Naomi Mitchell - September 25, 2006 19:36 EST

Joe McKnight has survived a stingray attack with just three stitches and a hole in his wetsuit.

He says he will no longer laugh at any jokes about the death of Australian television star Steve Irwin following his own close encounter while diving for crayfish with friends at Okiwi Bay on Saturday.

Mr McKnight was about 10m below the surface and swimming over a crevice when he suddenly felt a stab on his leg and looked down to see a 1m-wide stingray attached to him.

It remained attached for five seconds and when it pulled away there was a "squirt of blood".

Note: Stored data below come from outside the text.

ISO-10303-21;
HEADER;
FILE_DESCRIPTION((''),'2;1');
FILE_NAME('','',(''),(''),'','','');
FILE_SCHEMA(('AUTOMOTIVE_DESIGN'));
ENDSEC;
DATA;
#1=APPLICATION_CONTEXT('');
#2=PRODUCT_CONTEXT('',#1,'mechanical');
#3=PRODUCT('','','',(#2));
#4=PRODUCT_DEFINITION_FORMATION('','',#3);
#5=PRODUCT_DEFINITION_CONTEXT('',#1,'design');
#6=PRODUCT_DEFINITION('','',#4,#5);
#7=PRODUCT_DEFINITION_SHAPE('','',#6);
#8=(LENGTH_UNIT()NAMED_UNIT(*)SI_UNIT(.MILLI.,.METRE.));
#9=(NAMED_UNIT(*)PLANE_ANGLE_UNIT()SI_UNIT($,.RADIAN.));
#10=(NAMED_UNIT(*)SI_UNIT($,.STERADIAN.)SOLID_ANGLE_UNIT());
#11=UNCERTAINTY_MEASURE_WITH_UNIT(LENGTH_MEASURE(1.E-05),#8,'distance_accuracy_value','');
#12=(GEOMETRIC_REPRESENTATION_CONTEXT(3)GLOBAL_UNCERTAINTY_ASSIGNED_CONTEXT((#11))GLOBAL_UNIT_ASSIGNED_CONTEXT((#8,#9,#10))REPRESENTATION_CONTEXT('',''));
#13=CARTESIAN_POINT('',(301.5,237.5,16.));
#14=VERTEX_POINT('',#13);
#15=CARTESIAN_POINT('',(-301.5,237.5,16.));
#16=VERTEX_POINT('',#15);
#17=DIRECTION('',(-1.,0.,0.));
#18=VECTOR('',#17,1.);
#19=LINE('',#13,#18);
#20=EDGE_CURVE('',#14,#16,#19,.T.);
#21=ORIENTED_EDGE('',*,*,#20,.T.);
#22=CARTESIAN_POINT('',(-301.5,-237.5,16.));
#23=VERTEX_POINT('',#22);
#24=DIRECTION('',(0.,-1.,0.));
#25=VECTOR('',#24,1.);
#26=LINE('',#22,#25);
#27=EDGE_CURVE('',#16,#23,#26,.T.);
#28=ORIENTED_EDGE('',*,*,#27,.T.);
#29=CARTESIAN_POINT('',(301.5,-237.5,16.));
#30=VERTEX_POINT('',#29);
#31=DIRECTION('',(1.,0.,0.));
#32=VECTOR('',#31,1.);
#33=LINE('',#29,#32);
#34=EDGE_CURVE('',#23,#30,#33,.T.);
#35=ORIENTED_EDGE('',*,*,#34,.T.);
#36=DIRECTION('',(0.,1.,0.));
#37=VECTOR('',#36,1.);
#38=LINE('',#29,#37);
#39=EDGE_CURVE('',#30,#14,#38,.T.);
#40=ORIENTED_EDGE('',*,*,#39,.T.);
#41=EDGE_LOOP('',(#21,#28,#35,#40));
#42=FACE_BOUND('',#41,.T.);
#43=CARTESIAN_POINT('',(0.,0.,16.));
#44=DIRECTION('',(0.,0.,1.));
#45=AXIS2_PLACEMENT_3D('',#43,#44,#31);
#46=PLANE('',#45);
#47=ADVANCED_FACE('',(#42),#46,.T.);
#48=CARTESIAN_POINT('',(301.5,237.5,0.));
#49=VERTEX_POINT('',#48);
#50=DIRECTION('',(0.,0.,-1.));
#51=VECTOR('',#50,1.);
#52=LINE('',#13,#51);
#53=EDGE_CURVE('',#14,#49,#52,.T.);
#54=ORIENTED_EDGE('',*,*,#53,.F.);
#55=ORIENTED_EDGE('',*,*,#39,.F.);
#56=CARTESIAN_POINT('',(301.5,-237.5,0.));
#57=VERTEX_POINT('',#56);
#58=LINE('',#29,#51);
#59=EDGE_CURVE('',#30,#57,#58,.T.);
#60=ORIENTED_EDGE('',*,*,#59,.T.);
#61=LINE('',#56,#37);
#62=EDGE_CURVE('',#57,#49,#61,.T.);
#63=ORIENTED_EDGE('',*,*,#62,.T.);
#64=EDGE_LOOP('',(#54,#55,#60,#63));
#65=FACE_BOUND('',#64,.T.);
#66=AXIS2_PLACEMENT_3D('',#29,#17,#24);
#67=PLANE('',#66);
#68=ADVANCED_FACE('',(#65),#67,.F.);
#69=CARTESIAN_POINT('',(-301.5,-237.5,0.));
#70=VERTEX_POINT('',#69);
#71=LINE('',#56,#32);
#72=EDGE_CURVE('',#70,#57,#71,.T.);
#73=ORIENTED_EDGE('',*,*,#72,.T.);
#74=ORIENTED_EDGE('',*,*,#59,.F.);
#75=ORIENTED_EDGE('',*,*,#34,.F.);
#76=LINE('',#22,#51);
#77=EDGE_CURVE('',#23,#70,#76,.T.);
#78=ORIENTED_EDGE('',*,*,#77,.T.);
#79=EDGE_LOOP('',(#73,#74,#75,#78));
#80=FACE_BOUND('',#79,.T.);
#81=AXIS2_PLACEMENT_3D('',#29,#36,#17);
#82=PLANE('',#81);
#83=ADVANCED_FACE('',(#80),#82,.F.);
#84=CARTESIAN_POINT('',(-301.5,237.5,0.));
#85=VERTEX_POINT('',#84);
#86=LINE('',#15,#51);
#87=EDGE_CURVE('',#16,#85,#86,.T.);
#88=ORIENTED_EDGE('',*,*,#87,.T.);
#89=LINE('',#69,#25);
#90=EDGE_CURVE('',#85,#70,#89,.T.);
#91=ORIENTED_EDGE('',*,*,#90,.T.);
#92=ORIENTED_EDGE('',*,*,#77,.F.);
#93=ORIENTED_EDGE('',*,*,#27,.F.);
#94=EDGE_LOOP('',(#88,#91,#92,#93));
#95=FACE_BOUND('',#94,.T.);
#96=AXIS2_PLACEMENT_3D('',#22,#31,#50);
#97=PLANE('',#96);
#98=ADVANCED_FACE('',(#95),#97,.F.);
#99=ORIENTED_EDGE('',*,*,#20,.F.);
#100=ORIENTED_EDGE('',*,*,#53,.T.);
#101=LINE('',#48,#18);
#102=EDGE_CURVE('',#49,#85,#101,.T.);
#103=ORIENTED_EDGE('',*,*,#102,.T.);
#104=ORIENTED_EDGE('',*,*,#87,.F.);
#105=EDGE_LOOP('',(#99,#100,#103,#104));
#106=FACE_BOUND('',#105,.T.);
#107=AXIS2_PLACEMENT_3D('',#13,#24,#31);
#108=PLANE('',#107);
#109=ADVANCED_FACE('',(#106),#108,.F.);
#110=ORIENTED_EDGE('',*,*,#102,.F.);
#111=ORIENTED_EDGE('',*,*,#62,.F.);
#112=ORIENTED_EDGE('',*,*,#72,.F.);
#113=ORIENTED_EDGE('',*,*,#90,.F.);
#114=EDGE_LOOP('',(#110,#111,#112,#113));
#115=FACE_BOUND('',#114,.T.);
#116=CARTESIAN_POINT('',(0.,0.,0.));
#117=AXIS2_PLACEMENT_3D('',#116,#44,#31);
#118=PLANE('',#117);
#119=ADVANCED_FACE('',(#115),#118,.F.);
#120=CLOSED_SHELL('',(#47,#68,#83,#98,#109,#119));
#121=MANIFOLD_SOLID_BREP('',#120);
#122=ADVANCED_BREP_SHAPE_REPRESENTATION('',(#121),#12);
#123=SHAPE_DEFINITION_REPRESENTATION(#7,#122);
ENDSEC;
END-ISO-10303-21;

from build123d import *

# Parameters (mm, degrees)
SKIZZE1_W                       = 603
SKIZZE1_H                       = 475
AUFSATZ_LINEAR_AUSTRAGEN1_DEPTH = 16


with BuildPart() as part:
    # Skizze1 → Aufsatz-Linear austragen1 (new body)
    with BuildSketch(Plane.XY):
        Rectangle(SKIZZE1_W, SKIZZE1_H)
    extrude(amount=AUFSATZ_LINEAR_AUSTRAGEN1_DEPTH)


solid = part.part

"I sat on the bottom and thought, `Oh Christ'. My whole leg was numb."

Mr McKnight, aged 35, made his way up to the surface and called to his friends, who hauled him into the boat. They pulled up his wetsuit, applied a pressure bandage and headed back to shore.

"My friend said, "Mate, you're going to hospital."

Mr McKnight described the pain as a "dead leg with a bee sting on top of it".

The Nelson Marlborough Rescue Helicopter flew him to Nelson Hospital and he was discharged about two hours later.

Mr McKnight said he had not lost his desire to head back into the water.

"I felt quite embarrassed.

"If (the sting) had been anywhere else ... I was lucky. I'm counting my blessings."

He did not know why the stingray had attacked him but now wonders whether he might have accidentally cornered it.

Nelson Underwater Club president Eric Simmons said he had only heard of one other stingray incident in his 15 years of diving, and "that was when they stood on one".

"You have got to remember this is defensive behaviour. A stingray doesn't go out to attack."

Mr Simmons did not think the latest incidents would discourage divers from venturing into the ocean.

A search of the Nelson Mail archives reveal three other stingray attacks in the region in the past eight years.

American tourist Chazz Marshall was injured by a stingray while snorkelling for mussels in Abel Tasman National Park in November 2002. The then 22-year-old suffered a punctured lung and spent one week in Nelson Hospital.

A 21-year-old Swiss tourist was struck in the hand at Golden Bay in February 2002, and 55-year-old Nelson fisherman was also hit in the hand at Torrent Bay in January 1998.